Vehicle not top condition and Chevy won’t warranty anything because its old.


----------



## eduardobcastro (May 8, 2021)

I have the same issue with my 2014 Cruze. Cooling system is at normal level. I'm more than one year hearing that noise. I'm not going to pay to someone to disassemble it unless something breaks.


----------



## Cruzing12 (Oct 10, 2020)

It's the return line from the throttle body to the surge tank. When the car cools off negative pressure forms in the return line and it siphons water and or air up the line. this air pocket will reside in the circular chamber of the surge tank right where the return line feeds into.
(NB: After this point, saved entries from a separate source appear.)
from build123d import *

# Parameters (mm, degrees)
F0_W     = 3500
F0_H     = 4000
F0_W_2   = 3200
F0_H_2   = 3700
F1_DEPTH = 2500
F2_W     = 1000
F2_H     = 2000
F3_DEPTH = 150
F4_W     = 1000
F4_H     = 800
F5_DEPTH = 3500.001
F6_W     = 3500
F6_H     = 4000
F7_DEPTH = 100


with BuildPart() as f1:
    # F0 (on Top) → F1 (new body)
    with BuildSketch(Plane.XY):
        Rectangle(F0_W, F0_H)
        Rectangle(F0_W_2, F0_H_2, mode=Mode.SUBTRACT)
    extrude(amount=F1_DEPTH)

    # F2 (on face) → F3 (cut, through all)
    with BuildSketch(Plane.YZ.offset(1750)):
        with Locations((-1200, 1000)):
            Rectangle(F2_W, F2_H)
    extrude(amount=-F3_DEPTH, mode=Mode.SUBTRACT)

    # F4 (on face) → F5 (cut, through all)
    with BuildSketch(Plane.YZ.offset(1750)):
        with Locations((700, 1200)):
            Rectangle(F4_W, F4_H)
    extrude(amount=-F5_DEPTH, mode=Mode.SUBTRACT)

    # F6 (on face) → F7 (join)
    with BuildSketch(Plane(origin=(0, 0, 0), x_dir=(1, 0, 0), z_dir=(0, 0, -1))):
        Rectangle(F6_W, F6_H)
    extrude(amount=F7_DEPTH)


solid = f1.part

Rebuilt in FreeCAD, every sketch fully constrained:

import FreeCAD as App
import Part
import Sketcher
from FreeCAD import Vector

doc = App.newDocument("Part")
body = doc.addObject("PartDesign::Body", "Body")

sketch1 = doc.addObject("Sketcher::SketchObject", "Sketch")
body.addObject(sketch1)
sketch1.AttachmentSupport = (doc.XY_Plane, [""])
sketch1.MapMode = "FlatFace"
sketch1.addGeometry([
    Part.LineSegment(Vector(-1750, 2000, 0), Vector(-1750, -2000, 0)),
    Part.LineSegment(Vector(-1750, -2000, 0), Vector(1750, -2000, 0)),
    Part.LineSegment(Vector(1750, -2000, 0), Vector(1750, 2000, 0)),
    Part.LineSegment(Vector(1750, 2000, 0), Vector(-1750, 2000, 0)),
    Part.LineSegment(Vector(1600, -1850, 0), Vector(-1600, -1850, 0)),
    Part.LineSegment(Vector(-1600, -1850, 0), Vector(-1600, 1850, 0)),
    Part.LineSegment(Vector(-1600, 1850, 0), Vector(1600, 1850, 0)),
    Part.LineSegment(Vector(1600, 1850, 0), Vector(1600, -1850, 0)),
], False)
sketch1.addConstraint([
    Sketcher.Constraint("Coincident", 0, 2, 1, 1),
    Sketcher.Constraint("Coincident", 1, 2, 2, 1),
    Sketcher.Constraint("Coincident", 2, 2, 3, 1),
    Sketcher.Constraint("Coincident", 3, 2, 0, 1),
    Sketcher.Constraint("Coincident", 4, 2, 5, 1),
    Sketcher.Constraint("Coincident", 5, 2, 6, 1),
    Sketcher.Constraint("Coincident", 6, 2, 7, 1),
    Sketcher.Constraint("Coincident", 7, 2, 4, 1),
    Sketcher.Constraint("Vertical", 0),
    Sketcher.Constraint("Horizontal", 1),
    Sketcher.Constraint("Vertical", 2),
    Sketcher.Constraint("Horizontal", 3),
    Sketcher.Constraint("Horizontal", 4),
    Sketcher.Constraint("Vertical", 5),
    Sketcher.Constraint("Horizontal", 6),
    Sketcher.Constraint("Vertical", 7),
    Sketcher.Constraint("Symmetric", 0, 2, 2, 2, -1, 1),
    Sketcher.Constraint("Symmetric", 4, 2, 6, 2, -1, 1),
    Sketcher.Constraint("DistanceX", 1, 1, 1, 2, 3500.0),
    Sketcher.Constraint("DistanceX", 4, 2, 4, 1, 3200.0),
    Sketcher.Constraint("DistanceY", 0, 2, 0, 1, 4000.0),
    Sketcher.Constraint("DistanceY", 5, 1, 5, 2, 3700.0),
])
pad1 = doc.addObject("PartDesign::Pad", "Pad")
body.addObject(pad1)
pad1.Profile = sketch1
pad1.Length = 2500

sketch2 = doc.addObject("Sketcher::SketchObject", "Sketch001")
body.addObject(sketch2)
sketch2.AttachmentSupport = (doc.YZ_Plane, [""])
sketch2.MapMode = "FlatFace"
sketch2.AttachmentOffset = App.Placement(Vector(0, 0, 1750), App.Rotation())
sketch2.addGeometry([
    Part.LineSegment(Vector(-1700, 2000, 0), Vector(-1700, 0, 0)),
    Part.LineSegment(Vector(-1700, 0, 0), Vector(-700, 0, 0)),
    Part.LineSegment(Vector(-700, 0, 0), Vector(-700, 2000, 0)),
    Part.LineSegment(Vector(-700, 2000, 0), Vector(-1700, 2000, 0)),
], False)
sketch2.addConstraint([
    Sketcher.Constraint("Coincident", 0, 2, 1, 1),
    Sketcher.Constraint("Coincident", 1, 2, 2, 1),
    Sketcher.Constraint("Coincident", 2, 2, 3, 1),
    Sketcher.Constraint("Coincident", 3, 2, 0, 1),
    Sketcher.Constraint("Vertical", 0),
    Sketcher.Constraint("Horizontal", 1),
    Sketcher.Constraint("Vertical", 2),
    Sketcher.Constraint("Horizontal", 3),
    Sketcher.Constraint("PointOnObject", 0, 2, -1),
    Sketcher.Constraint("DistanceX", 1, 1, 1, 2, 1000.0),
    Sketcher.Constraint("DistanceY", 0, 2, 0, 1, 2000.0),
    Sketcher.Constraint("DistanceX", 0, 2, -1, 1, 1700.0),
])
pocket1 = doc.addObject("PartDesign::Pocket", "Pocket")
body.addObject(pocket1)
pocket1.Profile = sketch2
pocket1.Length = 150

sketch3 = doc.addObject("Sketcher::SketchObject", "Sketch002")
body.addObject(sketch3)
sketch3.AttachmentSupport = (doc.YZ_Plane, [""])
sketch3.MapMode = "FlatFace"
sketch3.AttachmentOffset = App.Placement(Vector(0, 0, 1750), App.Rotation())
sketch3.addGeometry([
    Part.LineSegment(Vector(200, 1600, 0), Vector(200, 800, 0)),
    Part.LineSegment(Vector(200, 800, 0), Vector(1200, 800, 0)),
    Part.LineSegment(Vector(1200, 800, 0), Vector(1200, 1600, 0)),
    Part.LineSegment(Vector(1200, 1600, 0), Vector(200, 1600, 0)),
], False)
sketch3.addConstraint([
    Sketcher.Constraint("Coincident", 0, 2, 1, 1),
    Sketcher.Constraint("Coincident", 1, 2, 2, 1),
    Sketcher.Constraint("Coincident", 2, 2, 3, 1),
    Sketcher.Constraint("Coincident", 3, 2, 0, 1),
    Sketcher.Constraint("Vertical", 0),
    Sketcher.Constraint("Horizontal", 1),
    Sketcher.Constraint("Vertical", 2),
    Sketcher.Constraint("Horizontal", 3),
    Sketcher.Constraint("DistanceX", 1, 1, 1, 2, 1000.0),
    Sketcher.Constraint("DistanceY", 0, 2, 0, 1, 800.0),
    Sketcher.Constraint("DistanceX", -1, 1, 0, 2, 200.0),
    Sketcher.Constraint("DistanceY", -1, 1, 0, 2, 800.0),
])
pocket2 = doc.addObject("PartDesign::Pocket", "Pocket001")
body.addObject(pocket2)
pocket2.Profile = sketch3
pocket2.Type = "ThroughAll"

sketch4 = doc.addObject("Sketcher::SketchObject", "Sketch003")
body.addObject(sketch4)
sketch4.AttachmentSupport = (doc.XY_Plane, [""])
sketch4.MapMode = "FlatFace"
sketch4.addGeometry([
    Part.LineSegment(Vector(-1750, -2000, 0), Vector(-1750, 2000, 0)),
    Part.LineSegment(Vector(-1750, 2000, 0), Vector(1750, 2000, 0)),
    Part.LineSegment(Vector(1750, 2000, 0), Vector(1750, -2000, 0)),
    Part.LineSegment(Vector(1750, -2000, 0), Vector(-1750, -2000, 0)),
], False)
sketch4.addConstraint([
    Sketcher.Constraint("Coincident", 0, 2, 1, 1),
    Sketcher.Constraint("Coincident", 1, 2, 2, 1),
    Sketcher.Constraint("Coincident", 2, 2, 3, 1),
    Sketcher.Constraint("Coincident", 3, 2, 0, 1),
    Sketcher.Constraint("Vertical", 0),
    Sketcher.Constraint("Horizontal", 1),
    Sketcher.Constraint("Vertical", 2),
    Sketcher.Constraint("Horizontal", 3),
    Sketcher.Constraint("Symmetric", 0, 2, 2, 2, -1, 1),
    Sketcher.Constraint("DistanceX", 1, 1, 1, 2, 3500.0),
    Sketcher.Constraint("DistanceY", 0, 1, 0, 2, 4000.0),
])
pad2 = doc.addObject("PartDesign::Pad", "Pad001")
body.addObject(pad2)
pad2.Profile = sketch4
pad2.Length = 100
pad2.Reversed = True

doc.recompute()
Until you reach enought throttle that the return line rids the air pocket you will hear a water noise, sploosh!


----------



## Patrioticone78 (11 mo ago)

Thank you cruzing12 for an answer to this.


----------



## Nik85 (8 mo ago)

Cruzing12 said:


> It's the return line from the throttle body to the surge tank. When the car cools off negative pressure forms in the return line and it siphons water and or air up the line. this air pocket will reside in the circular chamber of the surge tank right where the return line feeds into. Until you reach enought throttle that the return line rids the air pocket you will hear a water noise, sploosh!


So how this issue can be get fixed


----------